▸ EXERCISE DESCRIPTION
Using the records below, copy every line that holds the string "DIRECTION".

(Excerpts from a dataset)
══════════

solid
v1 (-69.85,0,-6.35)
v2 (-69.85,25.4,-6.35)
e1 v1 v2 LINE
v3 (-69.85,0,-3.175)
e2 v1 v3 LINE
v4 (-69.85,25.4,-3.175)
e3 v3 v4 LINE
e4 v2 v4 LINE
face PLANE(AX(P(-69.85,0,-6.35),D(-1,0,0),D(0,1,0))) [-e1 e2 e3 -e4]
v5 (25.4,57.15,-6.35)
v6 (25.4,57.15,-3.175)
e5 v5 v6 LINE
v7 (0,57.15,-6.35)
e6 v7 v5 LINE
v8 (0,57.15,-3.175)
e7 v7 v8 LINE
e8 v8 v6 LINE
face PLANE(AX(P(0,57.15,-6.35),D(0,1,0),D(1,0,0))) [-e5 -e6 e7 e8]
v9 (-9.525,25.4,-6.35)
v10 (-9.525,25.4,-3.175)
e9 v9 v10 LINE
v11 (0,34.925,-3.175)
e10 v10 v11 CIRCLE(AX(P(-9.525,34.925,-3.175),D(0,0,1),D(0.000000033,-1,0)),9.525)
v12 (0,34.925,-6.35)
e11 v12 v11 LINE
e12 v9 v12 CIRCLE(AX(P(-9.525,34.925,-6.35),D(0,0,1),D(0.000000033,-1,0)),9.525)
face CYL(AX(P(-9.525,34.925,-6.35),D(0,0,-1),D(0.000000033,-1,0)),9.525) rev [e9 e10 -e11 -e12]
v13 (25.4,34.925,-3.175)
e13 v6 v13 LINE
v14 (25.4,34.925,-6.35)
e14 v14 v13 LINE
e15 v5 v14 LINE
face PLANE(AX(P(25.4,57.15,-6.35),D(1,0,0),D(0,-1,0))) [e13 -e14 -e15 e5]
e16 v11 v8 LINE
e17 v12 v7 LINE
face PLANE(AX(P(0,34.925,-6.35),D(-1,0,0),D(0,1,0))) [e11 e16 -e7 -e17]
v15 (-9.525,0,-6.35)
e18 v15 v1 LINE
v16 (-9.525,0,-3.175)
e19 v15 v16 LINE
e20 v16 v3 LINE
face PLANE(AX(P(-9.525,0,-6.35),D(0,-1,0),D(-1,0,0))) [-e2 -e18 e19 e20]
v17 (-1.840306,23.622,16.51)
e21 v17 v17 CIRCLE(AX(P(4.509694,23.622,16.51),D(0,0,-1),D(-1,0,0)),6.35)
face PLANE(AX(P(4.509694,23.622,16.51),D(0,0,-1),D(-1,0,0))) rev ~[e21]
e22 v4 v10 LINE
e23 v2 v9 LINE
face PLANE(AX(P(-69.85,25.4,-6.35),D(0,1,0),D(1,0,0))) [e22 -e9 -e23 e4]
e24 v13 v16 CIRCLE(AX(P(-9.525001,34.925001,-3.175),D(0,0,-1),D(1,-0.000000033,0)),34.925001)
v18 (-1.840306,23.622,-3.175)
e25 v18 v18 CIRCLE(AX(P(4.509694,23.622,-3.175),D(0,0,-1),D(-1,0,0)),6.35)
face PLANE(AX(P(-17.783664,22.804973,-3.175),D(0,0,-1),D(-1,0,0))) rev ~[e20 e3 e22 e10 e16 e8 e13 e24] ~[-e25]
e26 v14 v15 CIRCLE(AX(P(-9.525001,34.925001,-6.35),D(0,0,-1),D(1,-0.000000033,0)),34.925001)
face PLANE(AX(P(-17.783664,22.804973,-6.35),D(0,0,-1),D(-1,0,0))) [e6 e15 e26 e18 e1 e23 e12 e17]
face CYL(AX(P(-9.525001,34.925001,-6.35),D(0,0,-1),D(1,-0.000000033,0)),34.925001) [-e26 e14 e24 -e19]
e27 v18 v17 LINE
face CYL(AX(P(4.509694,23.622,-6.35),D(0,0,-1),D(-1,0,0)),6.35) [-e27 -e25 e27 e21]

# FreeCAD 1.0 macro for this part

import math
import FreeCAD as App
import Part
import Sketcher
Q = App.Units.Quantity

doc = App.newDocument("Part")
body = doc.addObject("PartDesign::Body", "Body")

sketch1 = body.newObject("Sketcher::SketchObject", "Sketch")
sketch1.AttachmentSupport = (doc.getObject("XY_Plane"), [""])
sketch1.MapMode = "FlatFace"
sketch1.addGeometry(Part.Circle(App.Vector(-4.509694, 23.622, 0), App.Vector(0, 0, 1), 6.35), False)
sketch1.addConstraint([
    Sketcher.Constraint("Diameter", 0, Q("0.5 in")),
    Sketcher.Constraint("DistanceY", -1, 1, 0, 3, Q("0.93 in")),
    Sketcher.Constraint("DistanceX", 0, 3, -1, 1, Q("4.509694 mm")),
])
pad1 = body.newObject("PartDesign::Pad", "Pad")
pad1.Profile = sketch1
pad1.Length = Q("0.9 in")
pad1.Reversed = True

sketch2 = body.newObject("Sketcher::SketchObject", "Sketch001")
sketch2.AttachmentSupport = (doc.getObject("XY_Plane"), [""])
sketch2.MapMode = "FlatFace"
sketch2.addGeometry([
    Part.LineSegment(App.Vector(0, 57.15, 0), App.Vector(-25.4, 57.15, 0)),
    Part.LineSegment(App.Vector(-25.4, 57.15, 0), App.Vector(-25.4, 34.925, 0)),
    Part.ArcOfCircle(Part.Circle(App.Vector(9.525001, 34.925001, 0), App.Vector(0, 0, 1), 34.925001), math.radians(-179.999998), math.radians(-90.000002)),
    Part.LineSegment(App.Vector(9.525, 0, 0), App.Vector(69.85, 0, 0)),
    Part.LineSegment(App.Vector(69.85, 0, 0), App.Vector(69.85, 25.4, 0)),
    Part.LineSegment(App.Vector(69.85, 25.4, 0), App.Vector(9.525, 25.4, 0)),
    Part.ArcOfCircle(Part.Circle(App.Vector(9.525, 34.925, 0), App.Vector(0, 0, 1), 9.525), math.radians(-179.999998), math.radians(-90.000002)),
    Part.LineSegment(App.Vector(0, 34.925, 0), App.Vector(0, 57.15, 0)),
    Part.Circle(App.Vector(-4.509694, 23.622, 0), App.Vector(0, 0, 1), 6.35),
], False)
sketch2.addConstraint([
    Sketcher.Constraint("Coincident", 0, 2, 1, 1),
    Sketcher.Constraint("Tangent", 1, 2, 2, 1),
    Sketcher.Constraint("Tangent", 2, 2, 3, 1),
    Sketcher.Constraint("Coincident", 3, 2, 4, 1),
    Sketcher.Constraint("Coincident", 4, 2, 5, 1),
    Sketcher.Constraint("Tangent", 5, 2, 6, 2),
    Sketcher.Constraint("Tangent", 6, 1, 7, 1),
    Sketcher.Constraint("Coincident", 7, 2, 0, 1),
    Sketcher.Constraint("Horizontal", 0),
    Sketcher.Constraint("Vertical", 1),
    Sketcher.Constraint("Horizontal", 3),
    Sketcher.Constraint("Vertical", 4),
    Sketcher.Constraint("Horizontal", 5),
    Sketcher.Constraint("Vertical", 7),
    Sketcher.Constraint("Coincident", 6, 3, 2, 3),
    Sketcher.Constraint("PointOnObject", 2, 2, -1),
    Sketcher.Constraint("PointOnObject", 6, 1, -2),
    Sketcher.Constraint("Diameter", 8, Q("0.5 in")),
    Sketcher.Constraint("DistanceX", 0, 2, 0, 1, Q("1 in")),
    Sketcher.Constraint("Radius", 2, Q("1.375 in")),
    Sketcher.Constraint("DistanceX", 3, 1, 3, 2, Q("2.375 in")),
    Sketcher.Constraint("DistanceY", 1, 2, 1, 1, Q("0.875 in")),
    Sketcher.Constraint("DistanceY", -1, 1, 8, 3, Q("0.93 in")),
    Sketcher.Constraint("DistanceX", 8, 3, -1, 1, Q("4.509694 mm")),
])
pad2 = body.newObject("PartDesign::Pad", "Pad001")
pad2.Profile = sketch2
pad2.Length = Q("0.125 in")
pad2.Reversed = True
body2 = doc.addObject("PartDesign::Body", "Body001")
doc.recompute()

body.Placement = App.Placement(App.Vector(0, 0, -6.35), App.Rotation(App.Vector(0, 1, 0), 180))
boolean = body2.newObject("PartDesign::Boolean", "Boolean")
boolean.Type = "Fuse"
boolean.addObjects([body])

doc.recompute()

══════════

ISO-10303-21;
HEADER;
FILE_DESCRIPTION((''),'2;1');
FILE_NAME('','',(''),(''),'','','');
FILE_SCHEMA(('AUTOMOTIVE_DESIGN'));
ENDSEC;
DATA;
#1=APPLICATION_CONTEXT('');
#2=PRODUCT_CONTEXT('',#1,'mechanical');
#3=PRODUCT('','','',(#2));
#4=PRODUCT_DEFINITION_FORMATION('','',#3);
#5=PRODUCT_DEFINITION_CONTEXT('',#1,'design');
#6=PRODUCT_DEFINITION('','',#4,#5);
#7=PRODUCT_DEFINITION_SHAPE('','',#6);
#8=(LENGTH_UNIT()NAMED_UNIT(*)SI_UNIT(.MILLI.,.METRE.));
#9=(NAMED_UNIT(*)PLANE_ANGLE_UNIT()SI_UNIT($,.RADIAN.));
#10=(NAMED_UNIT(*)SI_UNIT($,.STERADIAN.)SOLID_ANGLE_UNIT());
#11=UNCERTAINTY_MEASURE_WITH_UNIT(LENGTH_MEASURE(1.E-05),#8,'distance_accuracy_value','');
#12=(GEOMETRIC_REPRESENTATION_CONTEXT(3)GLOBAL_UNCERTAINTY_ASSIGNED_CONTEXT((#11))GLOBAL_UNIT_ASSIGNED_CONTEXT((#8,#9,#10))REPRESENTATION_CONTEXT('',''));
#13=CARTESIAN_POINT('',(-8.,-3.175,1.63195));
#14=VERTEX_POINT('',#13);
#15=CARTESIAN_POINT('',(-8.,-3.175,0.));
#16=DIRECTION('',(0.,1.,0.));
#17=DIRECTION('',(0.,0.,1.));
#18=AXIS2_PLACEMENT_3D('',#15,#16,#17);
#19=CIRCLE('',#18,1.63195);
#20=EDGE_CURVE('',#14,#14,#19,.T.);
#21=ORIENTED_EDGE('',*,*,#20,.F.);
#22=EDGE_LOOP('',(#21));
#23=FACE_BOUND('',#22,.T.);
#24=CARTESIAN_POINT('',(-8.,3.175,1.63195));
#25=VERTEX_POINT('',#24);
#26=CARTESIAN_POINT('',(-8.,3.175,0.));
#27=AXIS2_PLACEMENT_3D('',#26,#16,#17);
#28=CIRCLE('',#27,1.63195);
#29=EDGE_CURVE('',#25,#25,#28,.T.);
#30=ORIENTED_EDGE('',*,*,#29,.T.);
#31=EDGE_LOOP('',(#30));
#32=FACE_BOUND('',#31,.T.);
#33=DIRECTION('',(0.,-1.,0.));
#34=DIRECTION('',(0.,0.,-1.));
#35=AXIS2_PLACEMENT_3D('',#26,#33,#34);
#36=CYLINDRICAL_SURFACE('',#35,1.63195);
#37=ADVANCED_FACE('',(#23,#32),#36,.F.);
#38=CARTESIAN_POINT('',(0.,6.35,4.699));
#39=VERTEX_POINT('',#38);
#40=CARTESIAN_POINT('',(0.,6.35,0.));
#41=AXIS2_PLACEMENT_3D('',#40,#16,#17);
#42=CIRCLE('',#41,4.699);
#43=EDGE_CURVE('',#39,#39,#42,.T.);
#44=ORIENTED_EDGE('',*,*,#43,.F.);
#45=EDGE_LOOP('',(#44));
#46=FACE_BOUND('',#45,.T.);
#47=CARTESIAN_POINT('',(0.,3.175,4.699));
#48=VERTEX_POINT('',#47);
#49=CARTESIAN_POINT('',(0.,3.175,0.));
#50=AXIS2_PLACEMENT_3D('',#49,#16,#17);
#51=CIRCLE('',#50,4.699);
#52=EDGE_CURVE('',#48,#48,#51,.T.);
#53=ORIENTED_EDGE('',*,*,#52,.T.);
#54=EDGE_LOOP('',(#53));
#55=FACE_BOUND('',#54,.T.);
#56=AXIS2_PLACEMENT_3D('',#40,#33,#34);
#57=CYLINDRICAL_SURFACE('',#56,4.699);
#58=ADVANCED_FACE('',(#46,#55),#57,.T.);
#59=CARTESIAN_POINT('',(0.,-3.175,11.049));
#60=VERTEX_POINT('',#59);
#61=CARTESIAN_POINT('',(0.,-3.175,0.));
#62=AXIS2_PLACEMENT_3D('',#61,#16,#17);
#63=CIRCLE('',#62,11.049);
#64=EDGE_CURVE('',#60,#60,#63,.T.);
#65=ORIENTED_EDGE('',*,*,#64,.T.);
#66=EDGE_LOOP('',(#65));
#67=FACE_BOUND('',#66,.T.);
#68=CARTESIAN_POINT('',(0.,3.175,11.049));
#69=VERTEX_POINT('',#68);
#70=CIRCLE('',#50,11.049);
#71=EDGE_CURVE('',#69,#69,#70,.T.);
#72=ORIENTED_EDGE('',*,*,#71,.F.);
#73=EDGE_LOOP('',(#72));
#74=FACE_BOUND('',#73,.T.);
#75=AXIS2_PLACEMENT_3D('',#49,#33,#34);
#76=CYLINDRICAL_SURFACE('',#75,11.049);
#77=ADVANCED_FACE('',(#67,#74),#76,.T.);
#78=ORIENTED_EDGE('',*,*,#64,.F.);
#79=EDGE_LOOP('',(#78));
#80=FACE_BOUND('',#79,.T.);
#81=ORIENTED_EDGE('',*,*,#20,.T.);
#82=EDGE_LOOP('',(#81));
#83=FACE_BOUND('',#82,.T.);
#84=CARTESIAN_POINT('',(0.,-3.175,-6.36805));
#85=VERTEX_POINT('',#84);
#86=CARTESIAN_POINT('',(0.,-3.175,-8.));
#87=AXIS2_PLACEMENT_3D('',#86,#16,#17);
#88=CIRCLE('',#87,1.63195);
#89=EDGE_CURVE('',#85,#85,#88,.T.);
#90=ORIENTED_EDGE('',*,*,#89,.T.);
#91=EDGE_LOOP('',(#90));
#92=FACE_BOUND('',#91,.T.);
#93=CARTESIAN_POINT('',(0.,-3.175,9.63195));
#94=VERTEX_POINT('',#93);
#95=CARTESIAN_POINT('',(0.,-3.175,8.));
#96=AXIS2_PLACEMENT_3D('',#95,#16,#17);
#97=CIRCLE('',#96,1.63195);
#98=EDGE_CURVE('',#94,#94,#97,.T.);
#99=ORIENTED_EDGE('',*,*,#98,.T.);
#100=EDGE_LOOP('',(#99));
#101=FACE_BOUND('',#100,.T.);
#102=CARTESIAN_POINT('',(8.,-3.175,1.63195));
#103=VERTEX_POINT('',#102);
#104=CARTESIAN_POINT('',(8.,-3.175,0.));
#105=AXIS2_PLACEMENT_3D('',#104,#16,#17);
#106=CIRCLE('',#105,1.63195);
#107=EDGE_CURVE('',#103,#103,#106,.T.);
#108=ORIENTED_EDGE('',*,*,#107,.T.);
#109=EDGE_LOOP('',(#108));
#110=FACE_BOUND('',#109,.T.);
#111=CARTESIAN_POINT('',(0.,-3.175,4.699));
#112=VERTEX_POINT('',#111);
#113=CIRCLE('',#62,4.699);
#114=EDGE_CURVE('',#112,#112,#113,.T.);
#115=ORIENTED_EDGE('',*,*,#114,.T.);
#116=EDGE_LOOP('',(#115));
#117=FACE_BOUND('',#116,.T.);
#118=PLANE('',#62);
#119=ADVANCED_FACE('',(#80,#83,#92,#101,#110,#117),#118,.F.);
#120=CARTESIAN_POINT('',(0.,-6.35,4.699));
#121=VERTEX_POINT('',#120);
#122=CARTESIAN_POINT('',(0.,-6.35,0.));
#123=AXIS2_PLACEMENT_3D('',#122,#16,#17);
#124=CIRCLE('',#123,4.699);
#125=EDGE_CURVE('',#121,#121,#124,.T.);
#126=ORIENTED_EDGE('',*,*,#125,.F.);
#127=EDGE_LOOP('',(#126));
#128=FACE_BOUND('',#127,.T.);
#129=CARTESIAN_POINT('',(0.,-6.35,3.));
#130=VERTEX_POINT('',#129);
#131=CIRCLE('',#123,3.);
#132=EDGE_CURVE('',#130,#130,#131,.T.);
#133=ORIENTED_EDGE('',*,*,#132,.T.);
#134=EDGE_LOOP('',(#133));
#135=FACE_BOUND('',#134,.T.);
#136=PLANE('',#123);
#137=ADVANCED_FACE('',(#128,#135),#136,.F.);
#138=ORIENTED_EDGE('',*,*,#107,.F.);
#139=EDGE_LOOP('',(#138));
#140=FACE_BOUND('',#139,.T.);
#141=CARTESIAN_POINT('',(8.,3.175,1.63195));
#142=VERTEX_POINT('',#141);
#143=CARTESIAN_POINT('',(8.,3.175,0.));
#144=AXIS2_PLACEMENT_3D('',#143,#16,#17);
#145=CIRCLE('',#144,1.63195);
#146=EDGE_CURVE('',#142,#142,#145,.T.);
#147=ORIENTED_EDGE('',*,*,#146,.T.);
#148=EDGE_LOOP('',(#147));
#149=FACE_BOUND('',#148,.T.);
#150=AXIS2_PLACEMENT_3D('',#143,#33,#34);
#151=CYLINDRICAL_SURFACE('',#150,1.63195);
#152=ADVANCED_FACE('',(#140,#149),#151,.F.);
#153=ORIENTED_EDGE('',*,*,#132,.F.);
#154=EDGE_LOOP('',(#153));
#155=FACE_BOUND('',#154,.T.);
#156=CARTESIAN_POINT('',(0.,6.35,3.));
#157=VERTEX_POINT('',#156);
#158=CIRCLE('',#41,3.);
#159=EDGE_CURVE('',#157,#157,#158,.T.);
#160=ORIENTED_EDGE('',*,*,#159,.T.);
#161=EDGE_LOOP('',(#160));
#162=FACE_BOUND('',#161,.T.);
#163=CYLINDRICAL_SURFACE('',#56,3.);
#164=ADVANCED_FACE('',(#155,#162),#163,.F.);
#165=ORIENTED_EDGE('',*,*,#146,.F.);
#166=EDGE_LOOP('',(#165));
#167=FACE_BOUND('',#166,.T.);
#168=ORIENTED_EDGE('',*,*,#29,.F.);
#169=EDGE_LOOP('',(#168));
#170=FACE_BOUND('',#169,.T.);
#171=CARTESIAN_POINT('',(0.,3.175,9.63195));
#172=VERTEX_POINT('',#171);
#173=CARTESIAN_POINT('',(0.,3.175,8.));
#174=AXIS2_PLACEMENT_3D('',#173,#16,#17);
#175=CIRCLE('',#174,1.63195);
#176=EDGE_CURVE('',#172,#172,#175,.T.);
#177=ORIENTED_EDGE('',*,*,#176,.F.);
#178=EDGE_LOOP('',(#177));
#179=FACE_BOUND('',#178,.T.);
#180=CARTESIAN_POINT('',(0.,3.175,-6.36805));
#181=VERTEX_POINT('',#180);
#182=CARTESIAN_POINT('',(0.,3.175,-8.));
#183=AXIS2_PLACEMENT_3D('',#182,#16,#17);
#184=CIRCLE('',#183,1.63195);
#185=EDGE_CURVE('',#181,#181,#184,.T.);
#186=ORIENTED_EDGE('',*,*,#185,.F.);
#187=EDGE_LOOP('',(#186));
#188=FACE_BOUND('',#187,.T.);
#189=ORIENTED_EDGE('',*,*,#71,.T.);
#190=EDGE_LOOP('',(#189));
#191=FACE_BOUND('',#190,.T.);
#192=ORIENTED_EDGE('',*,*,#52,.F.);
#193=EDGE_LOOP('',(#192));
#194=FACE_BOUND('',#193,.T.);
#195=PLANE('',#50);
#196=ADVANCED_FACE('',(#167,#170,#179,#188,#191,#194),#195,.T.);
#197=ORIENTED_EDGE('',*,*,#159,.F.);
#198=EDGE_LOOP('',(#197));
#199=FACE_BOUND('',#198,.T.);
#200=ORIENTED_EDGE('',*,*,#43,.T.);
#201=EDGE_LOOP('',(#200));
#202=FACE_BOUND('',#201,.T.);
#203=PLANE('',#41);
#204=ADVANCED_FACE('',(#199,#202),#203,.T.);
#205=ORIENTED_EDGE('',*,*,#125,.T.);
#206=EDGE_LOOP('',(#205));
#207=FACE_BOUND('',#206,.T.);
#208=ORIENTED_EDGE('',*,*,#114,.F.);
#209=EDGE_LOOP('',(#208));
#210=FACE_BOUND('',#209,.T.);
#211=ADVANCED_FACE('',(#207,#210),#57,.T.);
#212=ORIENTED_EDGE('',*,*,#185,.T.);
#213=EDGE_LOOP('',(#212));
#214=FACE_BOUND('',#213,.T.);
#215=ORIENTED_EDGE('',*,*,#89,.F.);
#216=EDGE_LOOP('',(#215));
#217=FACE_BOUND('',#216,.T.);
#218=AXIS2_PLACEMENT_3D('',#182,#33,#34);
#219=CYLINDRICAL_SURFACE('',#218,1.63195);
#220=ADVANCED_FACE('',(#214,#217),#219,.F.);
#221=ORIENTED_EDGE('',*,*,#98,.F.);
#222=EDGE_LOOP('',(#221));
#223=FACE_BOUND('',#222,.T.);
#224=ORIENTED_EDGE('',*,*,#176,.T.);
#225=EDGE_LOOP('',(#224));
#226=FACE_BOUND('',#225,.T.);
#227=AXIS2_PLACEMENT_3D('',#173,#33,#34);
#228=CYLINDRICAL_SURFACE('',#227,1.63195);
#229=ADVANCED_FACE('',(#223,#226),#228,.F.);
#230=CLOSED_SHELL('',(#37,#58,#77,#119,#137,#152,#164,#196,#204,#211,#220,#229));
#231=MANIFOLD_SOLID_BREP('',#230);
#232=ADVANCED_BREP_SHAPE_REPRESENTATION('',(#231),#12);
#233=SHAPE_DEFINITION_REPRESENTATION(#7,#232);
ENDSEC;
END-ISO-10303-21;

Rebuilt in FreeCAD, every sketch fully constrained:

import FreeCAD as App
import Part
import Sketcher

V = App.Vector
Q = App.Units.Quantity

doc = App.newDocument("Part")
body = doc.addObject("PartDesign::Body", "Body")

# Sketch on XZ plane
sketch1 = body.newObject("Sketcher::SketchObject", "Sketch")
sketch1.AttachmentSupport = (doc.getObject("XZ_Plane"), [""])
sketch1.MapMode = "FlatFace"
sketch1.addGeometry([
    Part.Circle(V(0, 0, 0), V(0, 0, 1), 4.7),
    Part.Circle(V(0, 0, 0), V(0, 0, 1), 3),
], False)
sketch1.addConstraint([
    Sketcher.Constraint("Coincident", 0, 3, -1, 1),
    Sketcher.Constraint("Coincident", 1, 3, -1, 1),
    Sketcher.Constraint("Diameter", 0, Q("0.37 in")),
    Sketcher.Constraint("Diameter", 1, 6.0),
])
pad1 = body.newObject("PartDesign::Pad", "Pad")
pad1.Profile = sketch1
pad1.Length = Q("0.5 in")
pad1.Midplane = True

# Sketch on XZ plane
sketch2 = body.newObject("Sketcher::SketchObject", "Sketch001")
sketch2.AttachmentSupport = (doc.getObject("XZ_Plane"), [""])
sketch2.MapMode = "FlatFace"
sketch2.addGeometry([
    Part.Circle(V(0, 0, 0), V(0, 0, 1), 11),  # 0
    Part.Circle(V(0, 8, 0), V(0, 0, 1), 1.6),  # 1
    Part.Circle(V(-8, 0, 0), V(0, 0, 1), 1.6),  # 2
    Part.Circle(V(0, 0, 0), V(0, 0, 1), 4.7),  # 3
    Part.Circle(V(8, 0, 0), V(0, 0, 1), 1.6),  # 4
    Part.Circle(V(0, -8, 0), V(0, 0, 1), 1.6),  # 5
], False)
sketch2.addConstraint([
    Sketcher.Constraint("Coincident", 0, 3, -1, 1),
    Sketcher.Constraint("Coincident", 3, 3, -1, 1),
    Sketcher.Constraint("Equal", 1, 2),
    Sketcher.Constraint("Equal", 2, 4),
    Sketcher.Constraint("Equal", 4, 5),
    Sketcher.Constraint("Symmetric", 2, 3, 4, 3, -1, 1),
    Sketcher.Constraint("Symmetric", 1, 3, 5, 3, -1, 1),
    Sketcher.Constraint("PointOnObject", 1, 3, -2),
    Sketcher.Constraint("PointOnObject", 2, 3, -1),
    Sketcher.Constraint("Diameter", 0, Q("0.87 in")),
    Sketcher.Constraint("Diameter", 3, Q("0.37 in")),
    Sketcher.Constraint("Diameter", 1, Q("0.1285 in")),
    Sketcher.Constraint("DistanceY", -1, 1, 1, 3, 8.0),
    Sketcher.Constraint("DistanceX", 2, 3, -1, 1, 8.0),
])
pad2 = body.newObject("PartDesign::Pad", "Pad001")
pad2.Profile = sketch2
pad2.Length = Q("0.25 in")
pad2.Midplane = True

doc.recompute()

══════════

▸ SOLUTION FOR THIS EXERCISE
#16=DIRECTION('',(0.,1.,0.));
#17=DIRECTION('',(0.,0.,1.));
#33=DIRECTION('',(0.,-1.,0.));
#34=DIRECTION('',(0.,0.,-1.));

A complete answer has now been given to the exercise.